Rainbow Cloud
June 25, 2008
Driving from one meeting to another yesterday lunchtime, my attention was caught by a small, wispy but very bright cloud. It seemed to shine with a green-blue light; over the next few minutes other colours became visible, until all the colours of the rainbow could be seen along its length. Then, after another few minutes, it was gone.
I didn’t have a camera with me, but it looked something like this… only brighter, more vivid.

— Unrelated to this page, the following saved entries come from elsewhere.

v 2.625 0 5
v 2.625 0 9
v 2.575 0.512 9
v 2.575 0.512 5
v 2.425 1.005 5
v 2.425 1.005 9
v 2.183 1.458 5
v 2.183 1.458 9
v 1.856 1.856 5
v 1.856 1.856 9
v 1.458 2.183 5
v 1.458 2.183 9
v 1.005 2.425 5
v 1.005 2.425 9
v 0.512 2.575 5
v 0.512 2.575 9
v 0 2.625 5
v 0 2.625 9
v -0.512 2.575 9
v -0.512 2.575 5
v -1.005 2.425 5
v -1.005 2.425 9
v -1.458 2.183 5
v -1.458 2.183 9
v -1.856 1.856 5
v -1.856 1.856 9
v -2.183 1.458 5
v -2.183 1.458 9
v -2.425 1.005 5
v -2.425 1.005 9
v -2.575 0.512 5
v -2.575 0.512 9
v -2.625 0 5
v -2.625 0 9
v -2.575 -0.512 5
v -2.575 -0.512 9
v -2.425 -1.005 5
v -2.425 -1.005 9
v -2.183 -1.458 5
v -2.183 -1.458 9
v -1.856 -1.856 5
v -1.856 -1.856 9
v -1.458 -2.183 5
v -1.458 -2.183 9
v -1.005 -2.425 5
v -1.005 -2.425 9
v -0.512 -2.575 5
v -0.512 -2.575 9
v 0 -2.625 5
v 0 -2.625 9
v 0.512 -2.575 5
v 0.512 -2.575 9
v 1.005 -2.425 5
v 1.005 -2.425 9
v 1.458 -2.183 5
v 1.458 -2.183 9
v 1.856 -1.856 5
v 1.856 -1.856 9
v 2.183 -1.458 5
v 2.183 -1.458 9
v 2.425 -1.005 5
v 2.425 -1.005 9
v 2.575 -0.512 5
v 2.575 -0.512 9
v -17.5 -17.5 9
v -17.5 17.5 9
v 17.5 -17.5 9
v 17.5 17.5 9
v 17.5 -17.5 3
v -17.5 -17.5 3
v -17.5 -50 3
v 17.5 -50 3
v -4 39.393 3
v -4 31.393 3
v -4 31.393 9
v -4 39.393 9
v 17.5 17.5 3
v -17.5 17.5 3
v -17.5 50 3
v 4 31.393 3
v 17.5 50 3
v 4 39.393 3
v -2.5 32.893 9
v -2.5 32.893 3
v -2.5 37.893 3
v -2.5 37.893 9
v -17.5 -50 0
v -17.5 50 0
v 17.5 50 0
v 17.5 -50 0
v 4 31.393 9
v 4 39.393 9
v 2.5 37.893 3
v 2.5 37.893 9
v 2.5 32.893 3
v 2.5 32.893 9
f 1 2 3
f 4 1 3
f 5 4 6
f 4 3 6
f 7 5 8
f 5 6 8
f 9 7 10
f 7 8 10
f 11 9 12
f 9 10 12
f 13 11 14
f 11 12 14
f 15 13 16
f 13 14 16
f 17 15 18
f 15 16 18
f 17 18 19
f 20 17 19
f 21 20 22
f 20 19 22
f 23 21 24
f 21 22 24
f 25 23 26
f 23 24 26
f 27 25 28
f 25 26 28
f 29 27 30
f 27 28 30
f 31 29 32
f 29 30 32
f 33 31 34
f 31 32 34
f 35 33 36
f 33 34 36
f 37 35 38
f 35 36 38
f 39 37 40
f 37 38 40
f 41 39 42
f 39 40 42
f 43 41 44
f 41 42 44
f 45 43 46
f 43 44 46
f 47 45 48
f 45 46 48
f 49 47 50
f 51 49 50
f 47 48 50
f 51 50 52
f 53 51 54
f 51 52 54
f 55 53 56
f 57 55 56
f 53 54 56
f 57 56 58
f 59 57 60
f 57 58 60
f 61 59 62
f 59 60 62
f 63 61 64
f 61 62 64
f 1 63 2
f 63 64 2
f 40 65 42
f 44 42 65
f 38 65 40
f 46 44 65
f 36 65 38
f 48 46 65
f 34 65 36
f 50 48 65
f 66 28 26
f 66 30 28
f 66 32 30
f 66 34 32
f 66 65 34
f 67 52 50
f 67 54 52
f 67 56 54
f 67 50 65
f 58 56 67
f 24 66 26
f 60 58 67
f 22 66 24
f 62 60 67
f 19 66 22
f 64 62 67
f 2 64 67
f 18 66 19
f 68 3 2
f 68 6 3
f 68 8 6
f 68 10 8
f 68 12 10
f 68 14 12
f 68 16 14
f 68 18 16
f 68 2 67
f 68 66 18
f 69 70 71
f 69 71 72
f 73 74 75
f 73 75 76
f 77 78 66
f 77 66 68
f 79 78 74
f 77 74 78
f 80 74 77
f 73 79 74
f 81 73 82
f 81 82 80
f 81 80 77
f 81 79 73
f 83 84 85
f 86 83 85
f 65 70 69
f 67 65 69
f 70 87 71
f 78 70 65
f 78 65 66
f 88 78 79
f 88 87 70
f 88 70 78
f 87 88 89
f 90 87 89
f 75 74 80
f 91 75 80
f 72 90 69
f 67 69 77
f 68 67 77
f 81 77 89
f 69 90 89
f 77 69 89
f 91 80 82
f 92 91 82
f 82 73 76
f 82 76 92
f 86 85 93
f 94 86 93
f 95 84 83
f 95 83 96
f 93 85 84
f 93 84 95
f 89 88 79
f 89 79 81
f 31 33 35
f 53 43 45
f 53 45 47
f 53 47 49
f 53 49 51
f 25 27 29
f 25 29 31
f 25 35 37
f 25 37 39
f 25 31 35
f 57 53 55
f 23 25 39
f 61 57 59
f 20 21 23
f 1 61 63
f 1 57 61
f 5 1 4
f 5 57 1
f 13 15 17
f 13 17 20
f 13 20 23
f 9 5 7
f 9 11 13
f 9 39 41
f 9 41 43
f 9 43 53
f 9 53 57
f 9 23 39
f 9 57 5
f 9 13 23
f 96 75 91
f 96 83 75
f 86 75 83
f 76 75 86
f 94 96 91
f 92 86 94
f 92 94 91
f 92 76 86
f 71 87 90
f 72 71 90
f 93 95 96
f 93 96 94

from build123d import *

# Parameters (mm, degrees)
F0_W     = 35
F0_H     = 100
F1_DEPTH = 3
F2_W     = 35
F2_H     = 35
F3_DEPTH = 6
F4_R     = 2.625
F5_DEPTH = 4
F6_W     = 8
F6_H     = 8
F6_W_2   = 5
F6_H_2   = 5
F7_DEPTH = 6


with BuildPart() as f1:
    # F0 (on Top) → F1 (new body)
    with BuildSketch(Plane.XY):
        Rectangle(F0_W, F0_H)
    extrude(amount=F1_DEPTH)

    # F2 (on face) → F3 (join)
    with BuildSketch(Plane.XY.offset(3)):
        Rectangle(F2_W, F2_H)
    extrude(amount=F3_DEPTH)

    # F4 (on face) → F5 (cut)
    with BuildSketch(Plane.XY.offset(9)):
        Circle(F4_R)
    extrude(amount=-F5_DEPTH, mode=Mode.SUBTRACT)

    # F6 (on face) → F7 (join)
    with BuildSketch(Plane.XY.offset(3)):
        with Locations((0, 35.393093)):
            Rectangle(F6_W, F6_H)
        with Locations((0, 35.393093)):
            Rectangle(F6_W_2, F6_H_2, mode=Mode.SUBTRACT)
    extrude(amount=F7_DEPTH)


solid = f1.part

Its proper name is a circumhorizontal arc, according to the National Geographic:
The arc isn’t a rainbow in the traditional sense—it is caused by light passing through wispy, high-altitude cirrus clouds. The sight occurs only when the sun is very high in the sky (more than 58° above the horizon). What’s more, the hexagonal ice crystals that make up cirrus clouds must be shaped like thick plates with their faces parallel to the ground.
When light enters through a vertical side face of such an ice crystal and leaves from the bottom face, it refracts, or bends, in the same way that light passes through a prism. If a cirrus’s crystals are aligned just right, the whole cloud lights up in a spectrum of colors.
It was a thing of beauty, and the privilege of seeing it was a moment of blessing. Deo gloria!
Entry Filed under: journalling, things seen. Tags: circumhorizontal arc, cloud, nature, rainbow, rainbow cloud, weather.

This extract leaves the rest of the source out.